One topic I forgot to include on the alternative bad news list is the continued discussion about the death of bees. Don't be surprised at the increased number of news stories about this in the coming months. It's already a trending topic and on the www.beforeitsnews.com website there are random news stories saying that Putin and Russia are blaming the US for not sanctioning Monsanto for its' harmful practices/products that are killing off the world's bee populations and threatening global food production.


----------



## unregistered358967 (Jul 17, 2013)

I was at Target yesterday and on an endcap they have sale items. I hate swallowing pills so I was looking at the multivitamin gummies. There were about 90 in the bottle and the price seemed pretty good for a 3-month supply.

I looked at the label....4 gummies per day. :bored:


----------



## sss3 (Jul 15, 2007)

I hadn't been to grocery store in 3 wks. OMG everything there was a sticker shock.


----------



## OK Yankee (Oct 30, 2005)

I had to go back to page 8 for this thread.

Laugh at me or pity me, but I don't grocery shop much. A little background....basically I live alone. DH works on the pipeline so I only actually see him a few times a year. For something to do, I do dishes at a little restaurant here in town. Their dishwasher's husband died and they needed help. Instead of cash, she feeds me whatever I want. That holds me over the rest of the day and I have a small meal at night. 

Tonight some dinner plans with my sister fell through so off to the local grocery store I go. 

Something light, snacky type of quick food. HOLY COW! 1 (0ne) can of mushroom soup was $2! Okay, nix the soup, I'll just do mac and cheese. The cheapo box with the powdered cheese (that used to be 4 for a dollar) was $1.39 for one box. The "good" stuff with the cheese pouch was......$2.39! Needless to say, I was shocked!
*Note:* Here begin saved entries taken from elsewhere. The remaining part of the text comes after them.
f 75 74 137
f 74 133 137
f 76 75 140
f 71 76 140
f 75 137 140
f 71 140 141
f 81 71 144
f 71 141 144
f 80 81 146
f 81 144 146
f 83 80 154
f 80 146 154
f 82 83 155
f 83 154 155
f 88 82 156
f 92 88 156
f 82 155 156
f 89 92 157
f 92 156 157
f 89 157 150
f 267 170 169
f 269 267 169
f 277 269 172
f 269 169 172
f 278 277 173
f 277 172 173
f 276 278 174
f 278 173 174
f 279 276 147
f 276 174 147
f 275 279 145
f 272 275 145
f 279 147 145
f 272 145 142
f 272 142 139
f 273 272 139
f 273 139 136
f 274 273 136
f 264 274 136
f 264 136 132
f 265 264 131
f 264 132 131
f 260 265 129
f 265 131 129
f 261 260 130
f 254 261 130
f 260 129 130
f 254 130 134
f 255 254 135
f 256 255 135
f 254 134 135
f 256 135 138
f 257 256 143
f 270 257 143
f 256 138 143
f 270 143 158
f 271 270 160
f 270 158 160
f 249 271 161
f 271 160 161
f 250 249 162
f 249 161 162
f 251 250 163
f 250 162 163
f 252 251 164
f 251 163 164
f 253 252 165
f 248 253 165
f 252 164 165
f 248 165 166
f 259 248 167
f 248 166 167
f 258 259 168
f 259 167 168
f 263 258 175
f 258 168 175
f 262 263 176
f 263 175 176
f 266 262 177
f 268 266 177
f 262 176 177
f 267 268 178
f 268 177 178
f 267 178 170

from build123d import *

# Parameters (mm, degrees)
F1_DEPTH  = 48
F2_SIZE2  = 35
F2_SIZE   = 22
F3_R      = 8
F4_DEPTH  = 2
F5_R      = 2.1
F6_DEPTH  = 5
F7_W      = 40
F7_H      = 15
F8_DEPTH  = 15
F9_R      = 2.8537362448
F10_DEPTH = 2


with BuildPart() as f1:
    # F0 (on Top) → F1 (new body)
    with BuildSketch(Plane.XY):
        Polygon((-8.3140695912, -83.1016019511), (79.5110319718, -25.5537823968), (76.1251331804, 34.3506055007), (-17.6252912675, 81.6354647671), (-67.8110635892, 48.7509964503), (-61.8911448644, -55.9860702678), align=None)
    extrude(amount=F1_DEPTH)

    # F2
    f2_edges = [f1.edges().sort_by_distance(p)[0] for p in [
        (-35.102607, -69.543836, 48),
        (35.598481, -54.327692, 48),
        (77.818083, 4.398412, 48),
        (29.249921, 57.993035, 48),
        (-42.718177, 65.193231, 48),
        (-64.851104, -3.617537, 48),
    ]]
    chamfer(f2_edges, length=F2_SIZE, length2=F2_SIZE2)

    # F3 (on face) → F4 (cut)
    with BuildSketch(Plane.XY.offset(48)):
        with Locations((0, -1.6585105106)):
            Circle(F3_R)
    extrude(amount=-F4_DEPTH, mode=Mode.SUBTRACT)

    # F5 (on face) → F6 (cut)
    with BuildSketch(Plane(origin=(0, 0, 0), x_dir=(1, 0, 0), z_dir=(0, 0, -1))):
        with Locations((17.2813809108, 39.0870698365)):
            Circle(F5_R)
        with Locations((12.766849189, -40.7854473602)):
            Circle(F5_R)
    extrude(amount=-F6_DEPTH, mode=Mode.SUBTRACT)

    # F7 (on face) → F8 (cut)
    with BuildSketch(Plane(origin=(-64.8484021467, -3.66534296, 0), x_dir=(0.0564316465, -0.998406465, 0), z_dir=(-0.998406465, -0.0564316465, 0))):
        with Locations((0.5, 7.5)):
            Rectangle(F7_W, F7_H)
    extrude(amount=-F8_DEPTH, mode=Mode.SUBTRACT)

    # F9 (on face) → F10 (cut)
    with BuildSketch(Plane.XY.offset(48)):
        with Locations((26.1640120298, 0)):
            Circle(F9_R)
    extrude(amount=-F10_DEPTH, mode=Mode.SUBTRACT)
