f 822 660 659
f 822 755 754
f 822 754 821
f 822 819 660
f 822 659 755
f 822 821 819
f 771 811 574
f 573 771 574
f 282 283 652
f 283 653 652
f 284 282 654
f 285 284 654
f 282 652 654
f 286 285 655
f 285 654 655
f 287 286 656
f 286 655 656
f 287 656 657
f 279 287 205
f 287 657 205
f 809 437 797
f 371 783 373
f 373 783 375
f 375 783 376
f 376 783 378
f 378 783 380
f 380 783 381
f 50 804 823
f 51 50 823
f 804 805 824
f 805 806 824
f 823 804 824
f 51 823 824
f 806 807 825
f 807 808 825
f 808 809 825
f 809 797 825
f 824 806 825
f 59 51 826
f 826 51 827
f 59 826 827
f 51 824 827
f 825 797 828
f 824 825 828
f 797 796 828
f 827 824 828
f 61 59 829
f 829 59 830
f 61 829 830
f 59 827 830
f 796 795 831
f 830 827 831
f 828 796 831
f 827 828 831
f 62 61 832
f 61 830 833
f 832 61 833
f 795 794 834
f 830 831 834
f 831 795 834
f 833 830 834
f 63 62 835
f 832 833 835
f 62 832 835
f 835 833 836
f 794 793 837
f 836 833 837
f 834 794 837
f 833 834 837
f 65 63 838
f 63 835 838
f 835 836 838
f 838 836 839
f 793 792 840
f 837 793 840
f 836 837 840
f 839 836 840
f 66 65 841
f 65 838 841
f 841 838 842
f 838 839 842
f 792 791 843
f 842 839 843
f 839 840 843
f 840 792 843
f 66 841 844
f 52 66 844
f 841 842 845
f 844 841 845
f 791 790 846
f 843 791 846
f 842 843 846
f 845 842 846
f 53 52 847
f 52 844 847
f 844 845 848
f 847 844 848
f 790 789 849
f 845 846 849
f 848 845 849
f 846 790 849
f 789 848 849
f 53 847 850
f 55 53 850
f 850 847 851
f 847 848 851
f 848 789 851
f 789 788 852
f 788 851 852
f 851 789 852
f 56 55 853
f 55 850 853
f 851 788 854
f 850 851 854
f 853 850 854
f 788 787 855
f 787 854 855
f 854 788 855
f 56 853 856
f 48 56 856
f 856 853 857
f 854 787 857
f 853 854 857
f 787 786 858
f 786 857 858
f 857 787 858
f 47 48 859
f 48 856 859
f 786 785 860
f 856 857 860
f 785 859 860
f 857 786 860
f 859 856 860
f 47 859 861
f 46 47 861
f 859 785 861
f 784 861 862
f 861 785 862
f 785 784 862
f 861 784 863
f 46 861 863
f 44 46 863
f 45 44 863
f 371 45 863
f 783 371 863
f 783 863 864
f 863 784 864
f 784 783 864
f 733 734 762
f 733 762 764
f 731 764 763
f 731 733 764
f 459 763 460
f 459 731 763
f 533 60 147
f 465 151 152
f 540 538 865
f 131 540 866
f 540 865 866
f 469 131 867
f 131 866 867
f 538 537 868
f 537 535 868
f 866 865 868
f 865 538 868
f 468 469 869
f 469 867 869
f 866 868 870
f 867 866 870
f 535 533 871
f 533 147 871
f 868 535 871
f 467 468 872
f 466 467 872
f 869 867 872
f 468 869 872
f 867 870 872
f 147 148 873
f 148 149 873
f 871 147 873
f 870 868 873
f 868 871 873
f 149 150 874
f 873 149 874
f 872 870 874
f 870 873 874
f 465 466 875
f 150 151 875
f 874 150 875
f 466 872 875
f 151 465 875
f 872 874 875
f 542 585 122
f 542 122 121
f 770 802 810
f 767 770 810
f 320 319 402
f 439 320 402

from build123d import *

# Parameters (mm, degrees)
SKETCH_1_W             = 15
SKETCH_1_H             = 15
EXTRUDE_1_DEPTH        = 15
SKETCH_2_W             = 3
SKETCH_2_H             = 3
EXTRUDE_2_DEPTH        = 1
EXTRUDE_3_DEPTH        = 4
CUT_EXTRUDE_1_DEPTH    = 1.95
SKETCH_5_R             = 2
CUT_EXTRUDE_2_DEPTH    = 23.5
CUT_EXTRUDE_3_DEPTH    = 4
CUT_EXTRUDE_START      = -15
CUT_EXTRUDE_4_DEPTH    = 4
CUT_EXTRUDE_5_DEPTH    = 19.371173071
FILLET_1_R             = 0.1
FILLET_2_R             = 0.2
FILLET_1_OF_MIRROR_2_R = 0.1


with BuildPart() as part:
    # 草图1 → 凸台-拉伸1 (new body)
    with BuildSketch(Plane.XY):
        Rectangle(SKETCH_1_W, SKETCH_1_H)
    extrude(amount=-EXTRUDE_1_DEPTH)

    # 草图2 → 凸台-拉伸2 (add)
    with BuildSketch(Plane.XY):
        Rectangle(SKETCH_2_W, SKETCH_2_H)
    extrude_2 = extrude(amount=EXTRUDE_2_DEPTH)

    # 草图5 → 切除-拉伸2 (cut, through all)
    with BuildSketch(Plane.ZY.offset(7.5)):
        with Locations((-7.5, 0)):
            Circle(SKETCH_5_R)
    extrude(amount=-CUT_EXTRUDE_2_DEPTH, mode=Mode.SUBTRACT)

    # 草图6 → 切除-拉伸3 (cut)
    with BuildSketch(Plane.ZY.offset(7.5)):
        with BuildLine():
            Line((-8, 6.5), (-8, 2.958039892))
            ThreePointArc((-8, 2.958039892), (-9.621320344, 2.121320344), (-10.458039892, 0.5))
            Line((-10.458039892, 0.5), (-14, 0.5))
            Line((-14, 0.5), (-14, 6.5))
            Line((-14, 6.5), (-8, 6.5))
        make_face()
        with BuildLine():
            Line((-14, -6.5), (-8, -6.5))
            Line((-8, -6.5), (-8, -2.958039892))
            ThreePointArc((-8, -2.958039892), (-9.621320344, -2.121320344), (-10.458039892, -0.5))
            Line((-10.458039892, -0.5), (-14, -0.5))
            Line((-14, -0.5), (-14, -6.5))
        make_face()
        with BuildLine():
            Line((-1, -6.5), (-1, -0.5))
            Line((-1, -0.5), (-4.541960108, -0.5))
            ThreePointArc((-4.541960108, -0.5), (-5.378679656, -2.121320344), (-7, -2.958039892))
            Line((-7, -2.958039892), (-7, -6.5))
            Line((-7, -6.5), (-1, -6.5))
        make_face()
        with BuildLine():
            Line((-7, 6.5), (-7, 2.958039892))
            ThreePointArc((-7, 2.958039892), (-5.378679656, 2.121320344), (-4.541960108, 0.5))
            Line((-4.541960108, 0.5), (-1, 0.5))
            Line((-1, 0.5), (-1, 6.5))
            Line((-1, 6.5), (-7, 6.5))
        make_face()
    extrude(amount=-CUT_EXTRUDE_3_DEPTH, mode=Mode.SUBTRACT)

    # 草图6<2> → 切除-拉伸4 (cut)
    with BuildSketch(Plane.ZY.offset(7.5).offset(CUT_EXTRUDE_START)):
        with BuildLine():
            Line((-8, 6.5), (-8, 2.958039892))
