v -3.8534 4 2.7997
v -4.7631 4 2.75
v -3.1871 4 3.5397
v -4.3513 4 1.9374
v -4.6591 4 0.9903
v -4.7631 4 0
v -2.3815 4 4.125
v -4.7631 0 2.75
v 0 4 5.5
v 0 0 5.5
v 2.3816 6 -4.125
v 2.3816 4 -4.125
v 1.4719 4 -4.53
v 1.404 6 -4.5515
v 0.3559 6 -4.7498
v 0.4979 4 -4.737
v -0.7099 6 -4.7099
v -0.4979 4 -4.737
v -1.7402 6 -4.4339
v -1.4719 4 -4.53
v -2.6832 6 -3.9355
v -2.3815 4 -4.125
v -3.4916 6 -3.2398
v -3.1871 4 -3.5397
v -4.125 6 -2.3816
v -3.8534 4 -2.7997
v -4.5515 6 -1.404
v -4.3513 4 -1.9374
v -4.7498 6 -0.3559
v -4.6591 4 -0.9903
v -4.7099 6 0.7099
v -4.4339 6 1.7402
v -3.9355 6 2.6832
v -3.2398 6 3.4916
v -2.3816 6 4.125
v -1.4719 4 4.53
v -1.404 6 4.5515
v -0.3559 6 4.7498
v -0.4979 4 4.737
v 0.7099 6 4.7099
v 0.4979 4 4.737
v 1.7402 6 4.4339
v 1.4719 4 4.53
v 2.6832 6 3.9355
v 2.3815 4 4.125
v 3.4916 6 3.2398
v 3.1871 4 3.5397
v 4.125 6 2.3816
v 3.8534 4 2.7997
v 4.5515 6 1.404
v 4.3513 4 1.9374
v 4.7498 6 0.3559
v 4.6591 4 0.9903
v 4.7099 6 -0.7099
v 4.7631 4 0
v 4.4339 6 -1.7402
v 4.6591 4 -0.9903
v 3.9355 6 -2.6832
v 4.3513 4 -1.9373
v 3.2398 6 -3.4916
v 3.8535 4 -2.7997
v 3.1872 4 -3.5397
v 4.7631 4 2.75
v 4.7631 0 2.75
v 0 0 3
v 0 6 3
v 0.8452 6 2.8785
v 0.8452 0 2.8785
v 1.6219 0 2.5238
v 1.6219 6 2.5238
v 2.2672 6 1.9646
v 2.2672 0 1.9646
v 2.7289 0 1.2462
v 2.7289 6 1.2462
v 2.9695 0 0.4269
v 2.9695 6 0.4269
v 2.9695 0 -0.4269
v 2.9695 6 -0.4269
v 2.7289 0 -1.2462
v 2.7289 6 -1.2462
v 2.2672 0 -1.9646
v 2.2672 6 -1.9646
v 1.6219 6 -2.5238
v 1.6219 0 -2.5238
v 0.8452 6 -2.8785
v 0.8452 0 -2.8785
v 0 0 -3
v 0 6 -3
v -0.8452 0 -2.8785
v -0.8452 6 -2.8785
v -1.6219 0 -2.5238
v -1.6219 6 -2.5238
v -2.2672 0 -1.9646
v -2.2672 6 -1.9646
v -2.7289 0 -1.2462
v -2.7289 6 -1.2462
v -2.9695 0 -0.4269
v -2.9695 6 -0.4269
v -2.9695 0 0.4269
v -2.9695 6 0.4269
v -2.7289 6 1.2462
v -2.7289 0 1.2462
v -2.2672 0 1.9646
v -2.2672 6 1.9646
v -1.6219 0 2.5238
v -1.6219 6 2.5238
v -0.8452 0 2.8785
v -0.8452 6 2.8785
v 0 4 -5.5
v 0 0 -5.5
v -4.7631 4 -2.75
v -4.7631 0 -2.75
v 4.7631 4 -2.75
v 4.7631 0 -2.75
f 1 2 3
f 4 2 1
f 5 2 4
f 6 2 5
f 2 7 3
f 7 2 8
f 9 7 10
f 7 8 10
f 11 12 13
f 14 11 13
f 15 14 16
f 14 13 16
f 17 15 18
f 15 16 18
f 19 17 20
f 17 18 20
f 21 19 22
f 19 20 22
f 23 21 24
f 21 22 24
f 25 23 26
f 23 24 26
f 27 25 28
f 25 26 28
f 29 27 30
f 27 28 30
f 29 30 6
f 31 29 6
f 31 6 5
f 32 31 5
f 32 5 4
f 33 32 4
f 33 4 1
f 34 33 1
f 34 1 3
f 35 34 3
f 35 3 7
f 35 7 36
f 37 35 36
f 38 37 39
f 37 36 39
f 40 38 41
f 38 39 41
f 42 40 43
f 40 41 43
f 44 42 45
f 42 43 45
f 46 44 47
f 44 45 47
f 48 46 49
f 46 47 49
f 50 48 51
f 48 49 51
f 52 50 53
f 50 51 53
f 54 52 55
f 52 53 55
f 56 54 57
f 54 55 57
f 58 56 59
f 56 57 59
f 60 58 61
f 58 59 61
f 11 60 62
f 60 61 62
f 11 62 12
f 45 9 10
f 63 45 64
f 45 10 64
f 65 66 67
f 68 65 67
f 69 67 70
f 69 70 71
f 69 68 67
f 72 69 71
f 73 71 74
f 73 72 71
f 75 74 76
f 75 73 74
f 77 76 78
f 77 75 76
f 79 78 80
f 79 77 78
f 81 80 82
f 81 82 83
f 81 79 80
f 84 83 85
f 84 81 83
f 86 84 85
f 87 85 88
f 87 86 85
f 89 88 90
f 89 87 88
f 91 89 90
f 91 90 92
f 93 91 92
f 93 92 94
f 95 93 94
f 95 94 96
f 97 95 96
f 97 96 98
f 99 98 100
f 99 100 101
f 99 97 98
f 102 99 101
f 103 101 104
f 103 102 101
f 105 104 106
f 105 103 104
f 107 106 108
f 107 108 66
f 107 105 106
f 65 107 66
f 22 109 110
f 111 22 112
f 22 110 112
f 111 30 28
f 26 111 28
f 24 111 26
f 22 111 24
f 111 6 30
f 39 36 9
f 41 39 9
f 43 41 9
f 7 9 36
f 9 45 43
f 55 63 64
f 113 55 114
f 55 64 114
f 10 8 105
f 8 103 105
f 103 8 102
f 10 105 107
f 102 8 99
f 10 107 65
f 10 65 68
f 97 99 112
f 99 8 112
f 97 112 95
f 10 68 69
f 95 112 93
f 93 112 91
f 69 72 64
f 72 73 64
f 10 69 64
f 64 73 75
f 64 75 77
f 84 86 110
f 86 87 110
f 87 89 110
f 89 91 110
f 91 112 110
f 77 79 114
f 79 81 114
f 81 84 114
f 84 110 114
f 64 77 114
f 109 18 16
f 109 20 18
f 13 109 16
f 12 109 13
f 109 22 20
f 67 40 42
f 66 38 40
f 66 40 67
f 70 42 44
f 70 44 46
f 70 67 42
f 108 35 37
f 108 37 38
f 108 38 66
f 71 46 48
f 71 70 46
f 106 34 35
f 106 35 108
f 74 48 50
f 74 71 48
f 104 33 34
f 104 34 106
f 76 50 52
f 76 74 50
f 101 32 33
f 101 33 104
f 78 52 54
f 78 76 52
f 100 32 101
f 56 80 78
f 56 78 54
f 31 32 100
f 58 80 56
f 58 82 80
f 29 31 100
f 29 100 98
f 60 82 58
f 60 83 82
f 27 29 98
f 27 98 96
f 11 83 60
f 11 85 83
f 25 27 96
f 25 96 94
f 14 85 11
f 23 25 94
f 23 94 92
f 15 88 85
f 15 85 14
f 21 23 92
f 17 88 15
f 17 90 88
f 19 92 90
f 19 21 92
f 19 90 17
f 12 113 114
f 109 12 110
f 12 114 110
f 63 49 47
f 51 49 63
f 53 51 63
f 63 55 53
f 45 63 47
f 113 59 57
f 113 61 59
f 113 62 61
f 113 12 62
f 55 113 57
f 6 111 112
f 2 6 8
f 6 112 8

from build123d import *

# Parameters (mm, degrees)
SKETCH1_R           = 3
BOSS_EXTRUDE1_DEPTH = 4
SKETCH2_R           = 4.763139721
SKETCH2_R_2         = 3
BOSS_EXTRUDE2_DEPTH = 2


with BuildPart() as part:
    # Sketch1 → Boss-Extrude1 (new body)
    with BuildSketch(Plane(origin=(0, 0, 0), x_dir=(1, 0, 0), z_dir=(0, 1, 0))):
        Polygon((0, 5.5), (-4.763139721, 2.75), (-4.763139721, -2.75), (0, -5.5), (4.763139721, -2.75), (4.763139721, 2.75), align=None)
        with Locations(Location((0, 0, 0), (0, 0, 270))):
            Circle(SKETCH1_R, mode=Mode.SUBTRACT)
    extrude(amount=BOSS_EXTRUDE1_DEPTH)

    # Sketch2 → Boss-Extrude2 (add)
    with BuildSketch(Plane(origin=(0, 4, 0), x_dir=(1, 0, 0), z_dir=(0, 1, 0))):
        with Locations(Location((0, 0, 0), (0, 0, 60))):
            Circle(SKETCH2_R)
        with Locations(Location((0, 0, 0), (0, 0, 270))):
            Circle(SKETCH2_R_2, mode=Mode.SUBTRACT)
    extrude(amount=BOSS_EXTRUDE2_DEPTH)


solid = part.part
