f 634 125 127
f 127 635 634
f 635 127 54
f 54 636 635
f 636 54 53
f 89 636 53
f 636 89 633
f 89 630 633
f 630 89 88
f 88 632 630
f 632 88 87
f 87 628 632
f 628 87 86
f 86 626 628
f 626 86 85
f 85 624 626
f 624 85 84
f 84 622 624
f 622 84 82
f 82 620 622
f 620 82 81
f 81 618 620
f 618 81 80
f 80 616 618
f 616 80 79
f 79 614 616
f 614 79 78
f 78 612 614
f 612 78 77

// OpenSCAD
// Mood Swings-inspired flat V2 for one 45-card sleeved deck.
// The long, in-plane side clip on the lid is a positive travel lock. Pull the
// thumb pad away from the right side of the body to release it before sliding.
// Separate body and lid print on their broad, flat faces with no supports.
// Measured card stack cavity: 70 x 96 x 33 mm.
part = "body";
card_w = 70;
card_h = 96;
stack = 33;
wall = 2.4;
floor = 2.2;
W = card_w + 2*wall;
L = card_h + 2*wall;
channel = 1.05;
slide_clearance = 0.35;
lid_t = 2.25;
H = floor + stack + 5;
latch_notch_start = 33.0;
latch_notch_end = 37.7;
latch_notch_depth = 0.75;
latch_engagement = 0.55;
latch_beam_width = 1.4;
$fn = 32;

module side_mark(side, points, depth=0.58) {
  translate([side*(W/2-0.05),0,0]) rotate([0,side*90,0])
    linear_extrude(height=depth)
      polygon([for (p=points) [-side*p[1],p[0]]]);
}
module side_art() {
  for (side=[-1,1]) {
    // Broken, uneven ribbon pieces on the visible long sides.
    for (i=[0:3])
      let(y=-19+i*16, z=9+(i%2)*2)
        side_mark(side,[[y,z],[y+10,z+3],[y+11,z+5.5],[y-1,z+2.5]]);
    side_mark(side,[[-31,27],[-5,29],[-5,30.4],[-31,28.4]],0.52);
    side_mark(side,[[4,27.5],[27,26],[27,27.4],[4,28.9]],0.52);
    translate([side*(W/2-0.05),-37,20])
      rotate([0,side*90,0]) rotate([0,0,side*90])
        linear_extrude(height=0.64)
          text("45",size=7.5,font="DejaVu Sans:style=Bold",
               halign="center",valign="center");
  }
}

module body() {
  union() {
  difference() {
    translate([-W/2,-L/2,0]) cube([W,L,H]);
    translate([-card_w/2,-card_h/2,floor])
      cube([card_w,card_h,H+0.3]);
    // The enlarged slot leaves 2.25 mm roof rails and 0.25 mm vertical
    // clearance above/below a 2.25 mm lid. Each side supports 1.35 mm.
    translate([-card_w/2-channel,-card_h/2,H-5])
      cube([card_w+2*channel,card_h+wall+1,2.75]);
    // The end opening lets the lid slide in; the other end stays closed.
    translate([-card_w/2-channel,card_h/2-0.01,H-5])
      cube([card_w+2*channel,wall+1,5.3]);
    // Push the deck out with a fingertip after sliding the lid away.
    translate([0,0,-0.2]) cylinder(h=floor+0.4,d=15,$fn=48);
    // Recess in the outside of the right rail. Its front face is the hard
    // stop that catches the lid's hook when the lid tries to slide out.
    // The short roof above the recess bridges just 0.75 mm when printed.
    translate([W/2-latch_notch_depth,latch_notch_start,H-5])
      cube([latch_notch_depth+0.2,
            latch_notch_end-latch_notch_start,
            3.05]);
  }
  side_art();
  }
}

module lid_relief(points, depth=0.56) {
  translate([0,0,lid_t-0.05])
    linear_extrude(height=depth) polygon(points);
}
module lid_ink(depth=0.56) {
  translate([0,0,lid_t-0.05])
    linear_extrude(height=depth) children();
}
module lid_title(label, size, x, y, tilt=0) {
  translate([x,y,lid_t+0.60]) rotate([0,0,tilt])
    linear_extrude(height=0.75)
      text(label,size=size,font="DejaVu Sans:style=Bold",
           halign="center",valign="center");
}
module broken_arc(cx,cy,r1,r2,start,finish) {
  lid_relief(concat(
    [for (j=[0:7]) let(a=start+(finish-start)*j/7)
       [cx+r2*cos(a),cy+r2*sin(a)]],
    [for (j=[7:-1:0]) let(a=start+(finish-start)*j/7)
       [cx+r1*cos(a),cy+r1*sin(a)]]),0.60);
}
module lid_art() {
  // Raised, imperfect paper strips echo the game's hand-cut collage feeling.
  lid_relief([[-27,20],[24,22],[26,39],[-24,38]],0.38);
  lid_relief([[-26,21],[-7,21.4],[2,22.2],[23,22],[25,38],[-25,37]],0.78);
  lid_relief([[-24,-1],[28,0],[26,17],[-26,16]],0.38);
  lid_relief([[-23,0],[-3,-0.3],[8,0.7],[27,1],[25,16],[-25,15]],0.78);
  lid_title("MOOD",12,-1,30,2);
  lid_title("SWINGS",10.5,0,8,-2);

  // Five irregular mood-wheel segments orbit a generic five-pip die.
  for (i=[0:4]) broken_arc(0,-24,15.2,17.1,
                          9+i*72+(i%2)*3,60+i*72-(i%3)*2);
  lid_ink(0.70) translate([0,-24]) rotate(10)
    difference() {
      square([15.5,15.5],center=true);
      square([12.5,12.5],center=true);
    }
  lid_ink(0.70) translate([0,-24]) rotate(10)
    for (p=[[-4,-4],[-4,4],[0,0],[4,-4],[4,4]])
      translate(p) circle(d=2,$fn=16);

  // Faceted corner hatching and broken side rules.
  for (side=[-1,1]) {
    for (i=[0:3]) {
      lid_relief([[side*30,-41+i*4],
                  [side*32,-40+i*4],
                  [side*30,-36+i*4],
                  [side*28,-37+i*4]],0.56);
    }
The rest of the night will be on the canning and freezing sites I belong to!

Yankee


----------



## Songbird (Apr 2, 2006)

Our homeowner's insurance just got raised ALOT!! Not happy.  We've never had a claim of any sort in the 36 years we've been with this insurance company. Hubby says it's cause replacement costs are so much higher now - I imagine he is right...


----------



## unregistered65598 (Oct 4, 2010)

I went grocery shopping 2 weeks ago, Chuck roast was 4.29lb. Then I went again yesterday. Same roast was 5.69lb. Needless to say we won't be having roast for dinner. hamburger is 3.49 for 85/15


----------



## Caitedid (Jun 2, 2004)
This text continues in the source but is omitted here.